| Période de fabrication : 1950-1974 | Fabricant : CGR - Compagnie Générale de Radiologie | |
| Domaines : Chimie, Physique | Sous-domaines : Cristallographie, Cristallographie | |
| Organisme : Université de Rennes | Ville : Rennes | |
| Modèle : thêta-deux thêta | Matériaux : Métal |
Description
Le diffractomètre de poudre « thêta-deux thêta » de la Compagnie Générale de Radiologie (CGR) est constitué d’un plateau métallique goniométrique supportant un détecteur et un monochromateur devant une source de rayons X. Au centre du diffractomètre, on place l’échantillon de poudre à analyser sur un support plan. Un moteur met en rotation l’échantillon et le détecteur. Dans la configuration θ-2θ (thêta-deux thêta) : le tube à rayons X est fixe, l'échantillon bouge d'un angle θ et le détecteur de rayons X d'un angle 2θ ; c'est la configuration la plus courante, en effet, le tube étant le dispositif le plus lourd et le plus encombrant, il est plus simple de le fixer. Le détecteur, ici à scintillation, récupère les intensités diffractées.

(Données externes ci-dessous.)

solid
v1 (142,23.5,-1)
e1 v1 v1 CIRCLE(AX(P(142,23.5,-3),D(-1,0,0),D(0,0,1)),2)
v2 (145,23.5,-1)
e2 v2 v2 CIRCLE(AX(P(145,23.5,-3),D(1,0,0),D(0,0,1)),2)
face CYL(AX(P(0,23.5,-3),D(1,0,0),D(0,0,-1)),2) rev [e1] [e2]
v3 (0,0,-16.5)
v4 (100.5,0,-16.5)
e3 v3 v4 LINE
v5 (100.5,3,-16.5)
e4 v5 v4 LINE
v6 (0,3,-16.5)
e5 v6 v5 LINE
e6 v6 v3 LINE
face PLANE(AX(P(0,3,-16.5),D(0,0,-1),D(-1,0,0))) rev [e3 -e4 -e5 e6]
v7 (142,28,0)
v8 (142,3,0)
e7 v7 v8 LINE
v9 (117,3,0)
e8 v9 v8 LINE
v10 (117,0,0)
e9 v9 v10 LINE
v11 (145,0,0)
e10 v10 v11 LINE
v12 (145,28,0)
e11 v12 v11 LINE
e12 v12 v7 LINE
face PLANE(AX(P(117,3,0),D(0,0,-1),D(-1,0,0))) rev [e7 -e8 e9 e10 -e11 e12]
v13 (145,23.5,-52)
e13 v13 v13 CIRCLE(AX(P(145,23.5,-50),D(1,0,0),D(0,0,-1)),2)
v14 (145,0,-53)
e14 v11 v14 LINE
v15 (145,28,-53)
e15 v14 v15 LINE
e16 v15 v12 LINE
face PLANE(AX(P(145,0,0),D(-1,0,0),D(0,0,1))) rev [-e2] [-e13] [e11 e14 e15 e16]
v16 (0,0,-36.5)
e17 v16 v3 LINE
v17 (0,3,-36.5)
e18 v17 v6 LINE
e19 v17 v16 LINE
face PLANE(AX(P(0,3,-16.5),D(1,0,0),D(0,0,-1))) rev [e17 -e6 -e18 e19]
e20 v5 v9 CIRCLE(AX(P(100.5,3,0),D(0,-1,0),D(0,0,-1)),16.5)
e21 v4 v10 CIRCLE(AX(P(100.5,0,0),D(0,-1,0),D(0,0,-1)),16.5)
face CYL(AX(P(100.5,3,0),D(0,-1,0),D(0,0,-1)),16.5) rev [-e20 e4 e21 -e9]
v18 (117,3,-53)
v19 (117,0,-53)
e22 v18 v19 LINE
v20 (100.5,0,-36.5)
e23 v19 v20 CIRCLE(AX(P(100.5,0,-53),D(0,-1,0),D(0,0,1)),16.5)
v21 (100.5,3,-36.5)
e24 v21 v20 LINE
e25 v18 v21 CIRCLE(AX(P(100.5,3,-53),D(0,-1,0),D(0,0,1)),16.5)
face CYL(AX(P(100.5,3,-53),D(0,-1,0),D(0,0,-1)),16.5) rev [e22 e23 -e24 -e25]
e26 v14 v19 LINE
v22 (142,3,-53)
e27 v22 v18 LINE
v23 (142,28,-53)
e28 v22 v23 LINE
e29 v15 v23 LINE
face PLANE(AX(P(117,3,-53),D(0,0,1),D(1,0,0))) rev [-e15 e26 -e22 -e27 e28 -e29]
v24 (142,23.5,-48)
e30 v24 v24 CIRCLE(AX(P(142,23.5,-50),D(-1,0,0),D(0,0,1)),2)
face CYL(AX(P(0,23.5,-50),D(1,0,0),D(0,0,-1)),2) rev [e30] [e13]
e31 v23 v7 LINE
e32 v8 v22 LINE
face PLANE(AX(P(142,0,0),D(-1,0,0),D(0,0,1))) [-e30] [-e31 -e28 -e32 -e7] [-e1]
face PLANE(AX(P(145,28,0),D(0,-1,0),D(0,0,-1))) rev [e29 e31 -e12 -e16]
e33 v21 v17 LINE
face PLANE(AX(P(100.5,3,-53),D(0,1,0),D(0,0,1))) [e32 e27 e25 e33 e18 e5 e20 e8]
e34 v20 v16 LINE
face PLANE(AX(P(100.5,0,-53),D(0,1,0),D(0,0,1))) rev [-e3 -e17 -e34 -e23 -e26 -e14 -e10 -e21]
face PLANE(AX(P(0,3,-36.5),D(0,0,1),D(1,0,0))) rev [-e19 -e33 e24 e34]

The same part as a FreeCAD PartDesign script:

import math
import FreeCAD as App
import Part
import Sketcher
from FreeCAD import Vector


def add_polygon(sketch, points):
    """Adds a closed chain of lines whose ends are joined by coincident constraints."""
    first, n = sketch.GeometryCount, len(points)
    for a, b in zip(points, points[1:] + points[:1]):
        sketch.addGeometry(Part.LineSegment(App.Vector(*a, 0), App.Vector(*b, 0)), False)
    for i in range(n):
        sketch.addConstraint(Sketcher.Constraint("Coincident", first + i, 2, first + (i + 1) % n, 1))

doc = App.newDocument("Part")
body = doc.addObject("PartDesign::Body", "Body")

# Sketch on XZ plane
sketch1 = body.newObject("Sketcher::SketchObject", "Sketch")
sketch1.AttachmentSupport = (doc.getObject("XZ_Plane"), [""])
sketch1.MapMode = "FlatFace"
sketch1.addGeometry([
    Part.LineSegment(Vector(117, 0, 0), Vector(142, 0, 0)),  # 0
    Part.LineSegment(Vector(142, 0, 0), Vector(142, -53, 0)),  # 1
    Part.LineSegment(Vector(142, -53, 0), Vector(117, -53, 0)),  # 2
    Part.ArcOfCircle(Part.Circle(Vector(101, -53, 0), Vector(0, 0, 1), 16), math.radians(0), math.radians(90)),  # 3
    Part.LineSegment(Vector(100, -36, 0), Vector(0, -36, 0)),  # 4
    Part.LineSegment(Vector(0, -36, 0), Vector(0, -16, 0)),  # 5
    Part.LineSegment(Vector(0, -16, 0), Vector(100, -16, 0)),  # 6
    Part.ArcOfCircle(Part.Circle(Vector(101, 0, 0), Vector(0, 0, 1), 16), math.radians(-90), math.radians(0)),  # 7
], False)
sketch1.addConstraint([
    Sketcher.Constraint("Coincident", 0, 2, 1, 1),
    Sketcher.Constraint("Coincident", 1, 2, 2, 1),
    Sketcher.Constraint("Coincident", 2, 2, 3, 1),
    Sketcher.Constraint("Tangent", 3, 2, 4, 1),
    Sketcher.Constraint("Coincident", 4, 2, 5, 1),
    Sketcher.Constraint("Coincident", 5, 2, 6, 1),
    Sketcher.Constraint("Tangent", 6, 2, 7, 1),
    Sketcher.Constraint("Coincident", 7, 2, 0, 1),
    Sketcher.Constraint("Horizontal", 0),
    Sketcher.Constraint("Vertical", 1),
    Sketcher.Constraint("Horizontal", 2),
    Sketcher.Constraint("Horizontal", 4),
    Sketcher.Constraint("Vertical", 5),
    Sketcher.Constraint("Horizontal", 6),
    Sketcher.Constraint("Equal", 3, 7),
    Sketcher.Constraint("PointOnObject", 7, 3, -1),
    Sketcher.Constraint("PointOnObject", 0, 2, -1),
    Sketcher.Constraint("PointOnObject", 4, 2, -2),
    Sketcher.Constraint("Horizontal", 3, 3, 1, 2),
    Sketcher.Constraint("Vertical", 3, 3, 7, 3),
    Sketcher.Constraint("Radius", 3, 16.5),
    Sketcher.Constraint("DistanceX", 0, 1, 0, 2, 25.0),
    Sketcher.Constraint("DistanceY", 1, 2, 1, 1, 53.0),
    Sketcher.Constraint("DistanceX", 4, 2, 4, 1, 100.5),
])
pad1 = body.newObject("PartDesign::Pad", "Pad")
pad1.Profile = sketch1
pad1.Length = 3
pad1.Reversed = True

# Sketch on YZ plane
sketch2 = body.newObject("Sketcher::SketchObject", "Sketch001")
sketch2.AttachmentSupport = (doc.getObject("YZ_Plane"), [""])
sketch2.MapMode = "FlatFace"
sketch2.AttachmentOffset = App.Placement(Vector(0, 0, 142), App.Rotation())
add_polygon(sketch2, [(28, 0), (0, 0), (0, -53), (28, -53)])  # lines 0-3
sketch2.addConstraint([
    Sketcher.Constraint("Horizontal", 0),
    Sketcher.Constraint("Vertical", 1),
    Sketcher.Constraint("Horizontal", 2),
    Sketcher.Constraint("Vertical", 3),
    Sketcher.Constraint("Coincident", 0, 2, -1, 1),
    Sketcher.Constraint("DistanceX", 0, 2, 0, 1, 28.0),
    Sketcher.Constraint("DistanceY", 1, 2, 1, 1, 53.0),
])
pad2 = body.newObject("PartDesign::Pad", "Pad001")
pad2.Profile = sketch2
pad2.Length = 3

# Sketch on YZ plane
sketch3 = body.newObject("Sketcher::SketchObject", "Sketch002")
sketch3.AttachmentSupport = (doc.getObject("YZ_Plane"), [""])
sketch3.MapMode = "FlatFace"
sketch3.AttachmentOffset = App.Placement(Vector(0, 0, 145), App.Rotation())
sketch3.addGeometry([
    Part.Circle(Vector(23.5, -50, 0), Vector(0, 0, 1), 2),
    Part.Circle(Vector(23.5, -3, 0), Vector(0, 0, 1), 2),
], False)
sketch3.addConstraint([
    Sketcher.Constraint("Equal", 0, 1),
    Sketcher.Constraint("Vertical", 0, 3, 1, 3),
    Sketcher.Constraint("Diameter", 0, 4.0),
    Sketcher.Constraint("DistanceY", 0, 3, -1, 1, 50.0),
    Sketcher.Constraint("DistanceY", 1, 3, -1, 1, 3.0),
    Sketcher.Constraint("DistanceX", -1, 1, 0, 3, 23.5),
])
pocket1 = body.newObject("PartDesign::Pocket", "Pocket")
pocket1.Profile = sketch3
pocket1.Type = "ThroughAll"

doc.recompute()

La vitesse de rotation (en degrés par minute) est fixée à l’aide d’un double réglage situé sur le côté de l’appareil. Un interrupteur à deux positions permet de faire tourner la platine dans un sens ou dans l’autre.
Utilisation
Ce détecteur de rayonnement servait pour des expériences de diffraction des rayons X et en cristallographie dans un laboratoire de physique du solide ou de chimie minérale. Il servait à étudier des échantillons de poudre dont les intensités diffractées étaient enregistrées sur un rouleau de papier spécifique. A partir de la position et de l'intensité des pics de diffraction, on pouvait extraire des éléments sur la structure cristallographie de la poudre étudiée.